It is a faith that has been tested many times in my own life. Too often, I have been called upon to be strong in the face of great personal tragedy. Ironically, these tragedies have always gone hand in hand with personal or professional triumphs. To have the best moments of my life so interwoven with the worst ones is a strange and painful symmetry.
I have prayed a great deal, and in those prayers, I have asked why these things have happened to me and my family. One answer came during my darkest hour. In 1981, my fourteen-month old daughter, Nina, lay in the hospital, fighting for her life. A missed diagnosis of spinal meningitis left her brain hopelessly damaged; my happy, dancing baby girl would never walk or talk again.

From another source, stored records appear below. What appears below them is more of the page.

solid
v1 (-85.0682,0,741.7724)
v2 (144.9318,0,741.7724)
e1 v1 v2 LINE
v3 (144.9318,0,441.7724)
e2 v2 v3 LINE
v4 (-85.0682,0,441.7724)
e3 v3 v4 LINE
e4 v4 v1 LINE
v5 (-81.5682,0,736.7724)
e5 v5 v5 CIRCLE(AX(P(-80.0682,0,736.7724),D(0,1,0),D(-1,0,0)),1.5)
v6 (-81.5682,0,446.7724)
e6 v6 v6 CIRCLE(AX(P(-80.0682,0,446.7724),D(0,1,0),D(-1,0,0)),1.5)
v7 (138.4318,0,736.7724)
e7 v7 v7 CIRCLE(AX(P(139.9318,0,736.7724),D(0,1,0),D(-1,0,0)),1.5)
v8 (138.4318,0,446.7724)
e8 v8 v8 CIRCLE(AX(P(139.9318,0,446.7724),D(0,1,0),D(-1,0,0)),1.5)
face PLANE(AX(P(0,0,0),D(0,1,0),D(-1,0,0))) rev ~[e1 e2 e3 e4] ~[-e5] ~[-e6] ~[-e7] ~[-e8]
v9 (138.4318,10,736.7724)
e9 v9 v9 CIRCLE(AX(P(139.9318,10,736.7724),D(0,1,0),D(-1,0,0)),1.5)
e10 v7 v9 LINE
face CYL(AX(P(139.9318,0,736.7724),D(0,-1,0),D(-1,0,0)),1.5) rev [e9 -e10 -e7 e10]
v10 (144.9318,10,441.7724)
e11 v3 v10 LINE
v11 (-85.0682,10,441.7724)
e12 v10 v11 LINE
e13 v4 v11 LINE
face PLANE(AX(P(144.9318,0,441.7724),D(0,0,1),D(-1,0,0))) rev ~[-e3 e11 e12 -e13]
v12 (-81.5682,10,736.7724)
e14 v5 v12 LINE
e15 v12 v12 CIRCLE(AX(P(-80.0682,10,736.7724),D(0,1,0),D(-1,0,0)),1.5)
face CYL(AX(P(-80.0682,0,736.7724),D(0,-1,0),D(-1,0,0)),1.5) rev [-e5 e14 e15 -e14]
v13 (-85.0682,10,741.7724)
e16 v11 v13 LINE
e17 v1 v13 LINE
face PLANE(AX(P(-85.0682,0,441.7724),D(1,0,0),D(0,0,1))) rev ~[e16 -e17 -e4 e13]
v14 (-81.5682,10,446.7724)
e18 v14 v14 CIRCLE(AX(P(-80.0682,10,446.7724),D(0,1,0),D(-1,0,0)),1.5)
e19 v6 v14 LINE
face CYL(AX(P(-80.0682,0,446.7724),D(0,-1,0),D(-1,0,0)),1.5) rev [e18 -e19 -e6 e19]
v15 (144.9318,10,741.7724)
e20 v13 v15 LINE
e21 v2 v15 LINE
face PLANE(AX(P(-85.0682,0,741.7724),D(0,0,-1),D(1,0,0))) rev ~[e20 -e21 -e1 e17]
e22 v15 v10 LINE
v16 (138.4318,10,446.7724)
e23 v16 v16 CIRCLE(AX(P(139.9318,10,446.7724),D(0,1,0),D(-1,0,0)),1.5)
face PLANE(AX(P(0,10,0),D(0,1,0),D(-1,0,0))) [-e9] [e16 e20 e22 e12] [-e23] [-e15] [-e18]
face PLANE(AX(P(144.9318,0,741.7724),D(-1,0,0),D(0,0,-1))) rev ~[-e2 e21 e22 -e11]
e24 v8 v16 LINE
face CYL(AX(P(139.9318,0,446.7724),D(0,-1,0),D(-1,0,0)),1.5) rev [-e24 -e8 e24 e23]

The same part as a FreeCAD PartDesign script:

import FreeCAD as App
import Part
import Sketcher

V = App.Vector

doc = App.newDocument("Part")
body = doc.addObject("PartDesign::Body", "Body")

sketch1 = body.newObject("Sketcher::SketchObject", "Sketch")
sketch1.AttachmentSupport = (doc.getObject("XZ_Plane"), [""])
sketch1.MapMode = "FlatFace"
sketch1.addGeometry([
    Part.LineSegment(V(-85.0682, 441.7724, 0), V(-85.0682, 741.7724, 0)),
    Part.LineSegment(V(-85.0682, 741.7724, 0), V(144.9318, 741.7724, 0)),
    Part.LineSegment(V(144.9318, 741.7724, 0), V(144.9318, 441.7724, 0)),
    Part.LineSegment(V(144.9318, 441.7724, 0), V(-85.0682, 441.7724, 0)),
    Part.Circle(V(139.9318, 446.7724, 0), V(0, 0, 1), 1.5),
    Part.Circle(V(139.9318, 736.7724, 0), V(0, 0, 1), 1.5),
    Part.Circle(V(-80.0682, 446.7724, 0), V(0, 0, 1), 1.5),
    Part.Circle(V(-80.0682, 736.7724, 0), V(0, 0, 1), 1.5),
], False)
sketch1.addConstraint([
    Sketcher.Constraint("Coincident", 0, 2, 1, 1),
    Sketcher.Constraint("Coincident", 1, 2, 2, 1),
    Sketcher.Constraint("Coincident", 2, 2, 3, 1),
    Sketcher.Constraint("Coincident", 3, 2, 0, 1),
    Sketcher.Constraint("Vertical", 0),
    Sketcher.Constraint("Horizontal", 1),
    Sketcher.Constraint("Vertical", 2),
    Sketcher.Constraint("Horizontal", 3),
    Sketcher.Constraint("Equal", 4, 5),
    Sketcher.Constraint("Equal", 5, 6),
    Sketcher.Constraint("Equal", 6, 7),
    Sketcher.Constraint("Horizontal", 4, 3, 6, 3),
    Sketcher.Constraint("Horizontal", 5, 3, 7, 3),
    Sketcher.Constraint("Vertical", 4, 3, 5, 3),
    Sketcher.Constraint("Vertical", 6, 3, 7, 3),
    Sketcher.Constraint("Diameter", 4, 3.0),
    Sketcher.Constraint("DistanceX", 1, 1, 1, 2, 230.0),
    Sketcher.Constraint("DistanceY", 0, 1, 0, 2, 300.0),
    Sketcher.Constraint("DistanceY", 4, 3, 5, 3, 290.0),
    Sketcher.Constraint("DistanceX", 6, 3, 4, 3, 220.0),
    Sketcher.Constraint("DistanceX", 0, 2, 7, 3, 5.0),
    Sketcher.Constraint("DistanceY", 7, 3, 0, 2, 5.0),
    Sketcher.Constraint("DistanceX", -1, 1, 4, 3, 139.9318),
    Sketcher.Constraint("DistanceY", -1, 1, 4, 3, 446.7724),
])
pad1 = body.newObject("PartDesign::Pad", "Pad")
pad1.Profile = sketch1
pad1.Length = 10
pad1.Reversed = True

doc.recompute()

In those early days, just after she was devastated, I looked to every quarter for comfort and counsel. A priest, passing me in the hospital chapel one night, suggested that perhaps this terrible thing had happened so that I could go on to inspire others, to give them hope.
It spoke to something I already believed. From childhood, I had believed that I had a purpose on this earth: to give hope to those without hope, strength to those whose strength had failed. At the time, the price seemed far too steep. It was not until more than twenty years later, when my own life was in danger, that I truly appreciated what that priest had said, when a woman I had never met reached out to comfort me.
To rise and give hope. Whether by bringing pride to a small, historically black school through basketball excellence or simply by believing in a young woman even after she has stopped believing in herself, I have been able to achieve that purpose in my life. But I believe that the time has come to widen the circle.